DiBella’s promotional contract with Derevyanchenko expired following his loss to Golovkin, but Derevyanchenko and his adviser, Keith Connolly, retained DiBella as part of his team for the Charlo fight.
The 34-year-old Derevyanchenko (13-2, 10 KOs) is a slight underdog against Houston’s Charlo (30-0, 22 KOs), who hasn’t encountered as accomplished or as rugged an opponent as Derevyanchenko since he moved up from the junior middleweight division 3½ years ago. DiBella believes Derevyanchenko is capable of stopping Charlo, yet he doesn’t think Derevyanchenko should feel that’s the only way he can win.
“Sergiy can stop people based on aggression, and he’s got some power, and he throws a sh-tload of punches,” DiBella said. “But he’s not Mike Tyson. I don’t want this kid to be in a situation that if he doesn’t knock the guy out the other guy wins. He’s already been victimized twice, and he deserves a fair shake. But I think the judging panel that they’ve announced is pretty good.”
Nevada’s Tim Cheatham, Oklahoma’s David Sutherland and New Jersey’s Steve Weisfeld are the three judges who’ve been assigned to the Charlo-Derevyanchenko bout.
Charlo-Derevyanchenko is the main event of the first of Showtime Pay-Per-View’s two three-bout blocks Saturday night (7 p.m. ET/4 p.m. PT; $74.95).
“This whole thing is a setup for the Charlos to become some kind of a dual pay-per-view threat,” DiBella said. “But if Sergiy’s up all night a third time, believing that everything was set up against him, and he didn’t get a fair shake, in my mind, it’ll be horrible. I want the right guy to f--king win. But I know this is a super-competitive fight and either guy can win.”
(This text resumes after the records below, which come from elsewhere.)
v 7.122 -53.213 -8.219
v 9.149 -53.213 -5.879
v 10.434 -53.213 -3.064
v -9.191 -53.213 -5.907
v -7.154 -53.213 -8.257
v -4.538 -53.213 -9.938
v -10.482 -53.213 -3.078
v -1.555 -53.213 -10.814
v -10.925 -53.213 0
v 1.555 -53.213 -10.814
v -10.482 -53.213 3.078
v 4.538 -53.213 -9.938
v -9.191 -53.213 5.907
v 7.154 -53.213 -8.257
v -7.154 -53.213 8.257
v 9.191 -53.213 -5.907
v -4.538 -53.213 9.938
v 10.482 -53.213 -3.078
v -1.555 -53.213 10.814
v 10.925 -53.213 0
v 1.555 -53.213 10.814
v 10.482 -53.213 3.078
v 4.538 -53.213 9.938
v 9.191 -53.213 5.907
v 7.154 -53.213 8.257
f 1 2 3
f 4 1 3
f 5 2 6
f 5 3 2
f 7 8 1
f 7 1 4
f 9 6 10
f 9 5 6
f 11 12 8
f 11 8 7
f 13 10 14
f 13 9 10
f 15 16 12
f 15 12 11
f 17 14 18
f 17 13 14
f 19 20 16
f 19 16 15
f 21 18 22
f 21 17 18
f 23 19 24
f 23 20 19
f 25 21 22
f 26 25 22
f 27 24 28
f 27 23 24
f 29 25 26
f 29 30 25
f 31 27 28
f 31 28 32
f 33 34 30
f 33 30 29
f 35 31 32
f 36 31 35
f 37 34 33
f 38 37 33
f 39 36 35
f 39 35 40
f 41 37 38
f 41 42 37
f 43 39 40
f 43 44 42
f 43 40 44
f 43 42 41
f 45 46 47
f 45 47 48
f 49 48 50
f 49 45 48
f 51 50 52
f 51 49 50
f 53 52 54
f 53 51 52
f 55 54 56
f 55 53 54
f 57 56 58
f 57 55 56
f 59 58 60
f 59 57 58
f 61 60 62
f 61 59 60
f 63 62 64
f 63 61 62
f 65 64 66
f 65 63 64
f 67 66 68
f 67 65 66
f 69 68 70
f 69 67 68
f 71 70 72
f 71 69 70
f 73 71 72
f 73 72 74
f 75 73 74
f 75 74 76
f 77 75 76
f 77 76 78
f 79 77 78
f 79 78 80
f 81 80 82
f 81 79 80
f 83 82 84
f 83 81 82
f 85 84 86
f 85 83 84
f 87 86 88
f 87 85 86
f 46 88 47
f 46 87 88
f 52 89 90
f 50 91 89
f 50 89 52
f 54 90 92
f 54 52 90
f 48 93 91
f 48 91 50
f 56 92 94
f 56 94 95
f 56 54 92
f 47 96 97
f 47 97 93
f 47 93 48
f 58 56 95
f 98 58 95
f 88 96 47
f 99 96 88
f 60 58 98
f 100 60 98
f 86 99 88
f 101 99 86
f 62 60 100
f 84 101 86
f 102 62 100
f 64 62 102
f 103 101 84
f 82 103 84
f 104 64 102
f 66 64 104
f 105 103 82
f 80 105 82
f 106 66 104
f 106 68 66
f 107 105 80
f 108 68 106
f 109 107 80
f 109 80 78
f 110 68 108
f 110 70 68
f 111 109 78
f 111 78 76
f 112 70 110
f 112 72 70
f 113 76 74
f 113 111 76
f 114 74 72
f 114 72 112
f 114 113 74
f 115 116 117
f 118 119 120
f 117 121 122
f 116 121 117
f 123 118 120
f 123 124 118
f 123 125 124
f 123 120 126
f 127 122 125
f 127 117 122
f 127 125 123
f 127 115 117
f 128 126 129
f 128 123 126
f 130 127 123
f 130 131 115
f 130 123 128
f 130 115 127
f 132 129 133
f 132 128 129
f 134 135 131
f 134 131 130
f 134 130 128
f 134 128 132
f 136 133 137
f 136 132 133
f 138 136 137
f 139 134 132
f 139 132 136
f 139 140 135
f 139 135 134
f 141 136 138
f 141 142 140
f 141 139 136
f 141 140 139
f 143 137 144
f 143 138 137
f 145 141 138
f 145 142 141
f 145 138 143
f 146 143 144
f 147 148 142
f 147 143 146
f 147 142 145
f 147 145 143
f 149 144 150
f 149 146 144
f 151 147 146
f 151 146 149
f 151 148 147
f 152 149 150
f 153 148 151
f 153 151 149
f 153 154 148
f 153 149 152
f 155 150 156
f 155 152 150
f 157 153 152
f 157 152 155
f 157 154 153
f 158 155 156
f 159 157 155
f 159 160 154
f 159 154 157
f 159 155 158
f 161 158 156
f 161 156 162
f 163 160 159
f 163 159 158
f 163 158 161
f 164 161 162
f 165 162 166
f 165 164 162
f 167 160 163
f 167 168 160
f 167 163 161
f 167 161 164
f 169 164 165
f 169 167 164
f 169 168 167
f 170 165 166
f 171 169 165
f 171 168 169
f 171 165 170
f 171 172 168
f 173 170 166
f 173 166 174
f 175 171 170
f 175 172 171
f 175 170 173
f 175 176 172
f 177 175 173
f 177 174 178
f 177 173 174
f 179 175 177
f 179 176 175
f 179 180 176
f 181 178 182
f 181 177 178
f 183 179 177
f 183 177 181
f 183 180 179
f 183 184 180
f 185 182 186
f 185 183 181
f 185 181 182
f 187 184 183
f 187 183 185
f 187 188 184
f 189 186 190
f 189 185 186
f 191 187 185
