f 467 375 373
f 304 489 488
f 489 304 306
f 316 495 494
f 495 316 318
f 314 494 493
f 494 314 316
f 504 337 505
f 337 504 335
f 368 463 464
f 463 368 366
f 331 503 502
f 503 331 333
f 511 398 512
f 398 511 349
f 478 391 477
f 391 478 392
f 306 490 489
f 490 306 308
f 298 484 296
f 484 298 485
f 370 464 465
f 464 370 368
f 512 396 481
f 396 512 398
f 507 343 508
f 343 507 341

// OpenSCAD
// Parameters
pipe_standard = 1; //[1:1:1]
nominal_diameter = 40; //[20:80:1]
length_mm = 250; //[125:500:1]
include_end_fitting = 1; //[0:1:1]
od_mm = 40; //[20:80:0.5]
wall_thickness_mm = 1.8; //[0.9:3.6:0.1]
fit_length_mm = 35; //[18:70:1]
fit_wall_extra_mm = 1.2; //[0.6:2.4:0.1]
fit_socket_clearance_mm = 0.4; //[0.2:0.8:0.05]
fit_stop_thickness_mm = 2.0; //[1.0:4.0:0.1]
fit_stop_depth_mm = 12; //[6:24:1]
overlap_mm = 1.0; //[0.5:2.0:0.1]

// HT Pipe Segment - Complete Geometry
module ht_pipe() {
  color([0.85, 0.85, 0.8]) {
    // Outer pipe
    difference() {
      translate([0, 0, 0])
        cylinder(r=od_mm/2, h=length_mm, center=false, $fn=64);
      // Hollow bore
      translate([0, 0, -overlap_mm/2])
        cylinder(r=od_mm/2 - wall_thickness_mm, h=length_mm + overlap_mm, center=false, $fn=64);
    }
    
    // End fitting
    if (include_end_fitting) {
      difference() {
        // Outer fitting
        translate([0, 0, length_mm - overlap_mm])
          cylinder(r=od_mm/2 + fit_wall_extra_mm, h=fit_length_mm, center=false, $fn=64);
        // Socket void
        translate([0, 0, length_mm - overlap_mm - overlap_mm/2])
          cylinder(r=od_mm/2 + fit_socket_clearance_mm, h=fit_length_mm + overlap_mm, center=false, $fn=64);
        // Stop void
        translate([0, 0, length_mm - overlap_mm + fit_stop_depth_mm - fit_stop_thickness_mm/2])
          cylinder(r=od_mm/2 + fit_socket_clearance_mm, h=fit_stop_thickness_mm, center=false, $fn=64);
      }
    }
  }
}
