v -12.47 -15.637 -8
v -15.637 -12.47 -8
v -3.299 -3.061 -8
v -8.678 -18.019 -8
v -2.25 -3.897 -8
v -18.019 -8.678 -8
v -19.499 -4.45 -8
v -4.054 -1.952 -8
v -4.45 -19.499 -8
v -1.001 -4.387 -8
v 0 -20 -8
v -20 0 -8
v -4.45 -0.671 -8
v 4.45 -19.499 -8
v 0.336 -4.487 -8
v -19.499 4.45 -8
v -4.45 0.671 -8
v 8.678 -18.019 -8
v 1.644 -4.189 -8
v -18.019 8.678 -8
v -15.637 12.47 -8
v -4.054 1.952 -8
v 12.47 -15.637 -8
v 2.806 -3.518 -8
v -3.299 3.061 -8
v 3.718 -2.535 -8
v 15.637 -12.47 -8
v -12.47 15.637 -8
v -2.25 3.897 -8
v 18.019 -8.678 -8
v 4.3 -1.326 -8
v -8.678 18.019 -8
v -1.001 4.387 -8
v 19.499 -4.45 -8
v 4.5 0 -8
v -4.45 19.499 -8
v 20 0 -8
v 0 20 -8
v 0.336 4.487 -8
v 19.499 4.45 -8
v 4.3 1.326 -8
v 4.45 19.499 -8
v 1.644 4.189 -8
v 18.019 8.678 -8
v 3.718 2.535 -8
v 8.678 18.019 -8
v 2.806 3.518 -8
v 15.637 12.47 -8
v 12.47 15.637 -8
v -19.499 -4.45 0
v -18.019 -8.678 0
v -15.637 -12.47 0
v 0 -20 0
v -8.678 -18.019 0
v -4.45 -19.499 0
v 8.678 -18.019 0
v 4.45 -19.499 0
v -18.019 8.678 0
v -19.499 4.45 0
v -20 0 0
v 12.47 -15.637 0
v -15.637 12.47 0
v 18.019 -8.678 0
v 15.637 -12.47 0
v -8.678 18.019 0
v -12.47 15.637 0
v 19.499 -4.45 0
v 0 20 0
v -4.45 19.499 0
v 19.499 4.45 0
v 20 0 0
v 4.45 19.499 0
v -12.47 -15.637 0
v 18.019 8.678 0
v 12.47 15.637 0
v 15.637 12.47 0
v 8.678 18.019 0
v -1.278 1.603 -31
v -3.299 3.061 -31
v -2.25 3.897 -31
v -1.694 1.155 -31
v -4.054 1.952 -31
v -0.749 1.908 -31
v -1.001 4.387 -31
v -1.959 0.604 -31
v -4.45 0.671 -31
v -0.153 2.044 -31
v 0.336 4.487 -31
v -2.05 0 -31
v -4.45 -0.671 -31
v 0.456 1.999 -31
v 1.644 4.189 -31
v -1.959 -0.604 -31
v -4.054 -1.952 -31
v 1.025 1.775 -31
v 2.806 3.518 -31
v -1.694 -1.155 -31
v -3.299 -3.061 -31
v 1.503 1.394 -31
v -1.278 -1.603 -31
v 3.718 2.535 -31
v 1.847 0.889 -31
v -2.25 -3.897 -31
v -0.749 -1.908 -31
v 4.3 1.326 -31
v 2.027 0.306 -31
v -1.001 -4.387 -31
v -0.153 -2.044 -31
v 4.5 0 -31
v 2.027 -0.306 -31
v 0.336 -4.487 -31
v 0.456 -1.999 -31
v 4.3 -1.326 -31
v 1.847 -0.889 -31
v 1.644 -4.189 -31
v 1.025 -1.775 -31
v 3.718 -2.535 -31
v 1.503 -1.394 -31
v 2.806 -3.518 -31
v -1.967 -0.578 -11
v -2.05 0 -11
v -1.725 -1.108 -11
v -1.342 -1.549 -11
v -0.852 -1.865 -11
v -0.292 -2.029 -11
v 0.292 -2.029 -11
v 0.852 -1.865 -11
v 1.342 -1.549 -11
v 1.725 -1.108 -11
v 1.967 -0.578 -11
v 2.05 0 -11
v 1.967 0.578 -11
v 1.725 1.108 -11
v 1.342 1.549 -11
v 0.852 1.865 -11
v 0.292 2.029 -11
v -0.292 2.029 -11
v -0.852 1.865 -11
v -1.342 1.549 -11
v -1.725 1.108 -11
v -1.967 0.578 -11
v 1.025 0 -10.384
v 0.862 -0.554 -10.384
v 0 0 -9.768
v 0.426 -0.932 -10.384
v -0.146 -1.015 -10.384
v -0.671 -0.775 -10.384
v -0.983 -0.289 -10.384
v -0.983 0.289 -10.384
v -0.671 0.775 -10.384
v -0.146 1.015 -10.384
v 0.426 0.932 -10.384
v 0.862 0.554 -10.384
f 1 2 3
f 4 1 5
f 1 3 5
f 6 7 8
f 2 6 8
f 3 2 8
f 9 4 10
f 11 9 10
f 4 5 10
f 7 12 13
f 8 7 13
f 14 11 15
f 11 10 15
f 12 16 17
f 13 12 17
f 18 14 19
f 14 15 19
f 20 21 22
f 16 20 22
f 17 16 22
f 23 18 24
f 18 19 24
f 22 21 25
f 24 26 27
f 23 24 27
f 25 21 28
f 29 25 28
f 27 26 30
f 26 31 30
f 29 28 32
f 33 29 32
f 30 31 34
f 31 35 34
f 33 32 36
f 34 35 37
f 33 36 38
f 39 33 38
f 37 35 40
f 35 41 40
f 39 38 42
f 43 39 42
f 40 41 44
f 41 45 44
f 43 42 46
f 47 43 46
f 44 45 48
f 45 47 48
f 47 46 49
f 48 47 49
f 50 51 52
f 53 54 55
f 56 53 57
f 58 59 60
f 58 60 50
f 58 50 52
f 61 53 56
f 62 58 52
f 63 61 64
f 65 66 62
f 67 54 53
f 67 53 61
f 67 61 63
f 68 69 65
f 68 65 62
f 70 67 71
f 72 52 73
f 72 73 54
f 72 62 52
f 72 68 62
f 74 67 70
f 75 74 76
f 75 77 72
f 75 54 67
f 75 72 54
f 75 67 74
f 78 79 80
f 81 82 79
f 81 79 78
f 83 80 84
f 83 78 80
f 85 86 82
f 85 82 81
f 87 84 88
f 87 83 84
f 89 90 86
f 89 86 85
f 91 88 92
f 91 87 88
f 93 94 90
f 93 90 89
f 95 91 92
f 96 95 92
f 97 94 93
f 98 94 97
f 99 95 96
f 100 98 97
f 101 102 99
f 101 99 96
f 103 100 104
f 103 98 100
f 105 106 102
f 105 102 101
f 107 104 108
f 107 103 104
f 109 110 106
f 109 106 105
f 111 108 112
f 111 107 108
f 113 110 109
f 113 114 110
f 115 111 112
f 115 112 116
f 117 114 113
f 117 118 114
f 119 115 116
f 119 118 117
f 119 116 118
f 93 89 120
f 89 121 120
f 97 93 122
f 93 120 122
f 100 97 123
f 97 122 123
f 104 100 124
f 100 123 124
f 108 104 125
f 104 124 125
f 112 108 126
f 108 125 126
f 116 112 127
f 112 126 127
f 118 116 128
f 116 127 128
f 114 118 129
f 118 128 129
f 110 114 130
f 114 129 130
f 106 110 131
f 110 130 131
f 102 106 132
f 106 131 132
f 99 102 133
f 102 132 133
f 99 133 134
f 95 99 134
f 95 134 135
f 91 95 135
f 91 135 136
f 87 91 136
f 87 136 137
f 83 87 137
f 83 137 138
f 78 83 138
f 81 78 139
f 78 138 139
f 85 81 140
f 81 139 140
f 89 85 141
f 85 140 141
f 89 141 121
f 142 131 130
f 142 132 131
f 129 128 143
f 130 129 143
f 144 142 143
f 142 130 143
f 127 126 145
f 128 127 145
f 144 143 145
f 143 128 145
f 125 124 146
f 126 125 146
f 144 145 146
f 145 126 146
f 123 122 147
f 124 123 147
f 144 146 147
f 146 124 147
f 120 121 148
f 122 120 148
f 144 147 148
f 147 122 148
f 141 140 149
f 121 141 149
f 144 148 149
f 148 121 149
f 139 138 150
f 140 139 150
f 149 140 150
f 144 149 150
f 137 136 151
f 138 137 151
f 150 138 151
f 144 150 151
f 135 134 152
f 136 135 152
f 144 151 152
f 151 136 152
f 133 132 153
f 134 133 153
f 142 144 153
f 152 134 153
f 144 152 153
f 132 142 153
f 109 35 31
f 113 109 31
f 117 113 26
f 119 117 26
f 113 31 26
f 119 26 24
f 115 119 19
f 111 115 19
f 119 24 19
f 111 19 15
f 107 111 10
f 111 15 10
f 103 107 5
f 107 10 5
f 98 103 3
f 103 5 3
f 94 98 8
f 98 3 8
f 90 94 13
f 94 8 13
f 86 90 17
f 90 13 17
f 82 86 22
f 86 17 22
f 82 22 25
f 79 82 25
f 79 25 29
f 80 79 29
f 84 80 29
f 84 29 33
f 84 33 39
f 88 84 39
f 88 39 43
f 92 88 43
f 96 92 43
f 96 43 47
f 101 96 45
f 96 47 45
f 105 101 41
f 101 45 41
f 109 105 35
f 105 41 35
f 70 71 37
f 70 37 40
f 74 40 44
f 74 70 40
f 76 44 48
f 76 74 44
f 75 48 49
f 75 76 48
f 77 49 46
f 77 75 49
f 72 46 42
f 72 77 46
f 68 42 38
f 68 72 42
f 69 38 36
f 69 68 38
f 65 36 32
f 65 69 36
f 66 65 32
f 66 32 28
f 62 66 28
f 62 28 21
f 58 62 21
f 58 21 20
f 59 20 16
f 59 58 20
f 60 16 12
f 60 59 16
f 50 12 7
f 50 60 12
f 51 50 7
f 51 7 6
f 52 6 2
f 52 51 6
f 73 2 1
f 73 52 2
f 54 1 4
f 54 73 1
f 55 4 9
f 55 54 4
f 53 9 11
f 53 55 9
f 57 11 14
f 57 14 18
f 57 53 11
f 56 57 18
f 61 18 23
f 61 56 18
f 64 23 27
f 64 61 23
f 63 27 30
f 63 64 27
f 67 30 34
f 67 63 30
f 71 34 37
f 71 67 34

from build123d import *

# Parameters (mm, degrees)
F0_R     = 20
F1_DEPTH = 8
F2_R     = 4.5
F3_DEPTH = 23
F5_D     = 4.1
F5_DEPTH = 20
F5_TIP   = 1.231764269


with BuildPart() as f1:
    # F0 (on Top) → F1 (new body)
    with BuildSketch(Plane.XY):
        Circle(F0_R)
    extrude(amount=-F1_DEPTH)

    # F2 (on face) → F3 (join)
    with BuildSketch(Plane(origin=(0, 0, -8), x_dir=(1, 0, 0), z_dir=(0, 0, -1))):
        Circle(F2_R)
    extrude(amount=F3_DEPTH)

    # F5
    with Locations(Plane(origin=(0, 0, -31), x_dir=(1, 0, 0), z_dir=(0, 0, -1))):
        with Locations((0, 0)):
            Hole(F5_D / 2, depth=F5_DEPTH)
            with Locations((0, 0, -(F5_DEPTH + F5_TIP / 2))):  # 118° drill point
                Cone(0, F5_D / 2, F5_TIP, mode=Mode.SUBTRACT)


solid = f1.part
Weisfeld is the only judge assigned to Charlo-Derevyanchenko who worked either the Golovkin-Derevyanchenko or Jacobs-Derevyanchenko bouts. He scored Jacobs a 115-112 winner of their October 2018 fight at Madison Square Garden’s Hulu Theater in New York.
Tom Schreck scored Jacobs a 115-112 winner over Derevyanchenko as well. Julie Lederman scored that fight for Derevyanchenko, 114-113.
All three judges – Frank Lombardi (115-112), Eric Marlinski (115-112) and Kevin Morgan (114-113) – scored Golovkin the winner versus Derevyanchenko.
“I scored Sergiy and Danny Jacobs a draw,” DiBella said. “And the only reason I scored it a draw was because of the knockdown [in the first round]. There was one round I really couldn’t score. I had Sergiy up 6-5 in rounds, so it was a draw on my card. So, then I thought to myself, he needs to pick this up against Golovkin. He did and really couldn’t have picked it up anymore. At the end of the fight, honestly, everybody in the ring, including Triple-G, knew that Sergiy got the better of him. I don’t care what ringside observers thought, because I was looking in Golovkin’s face.”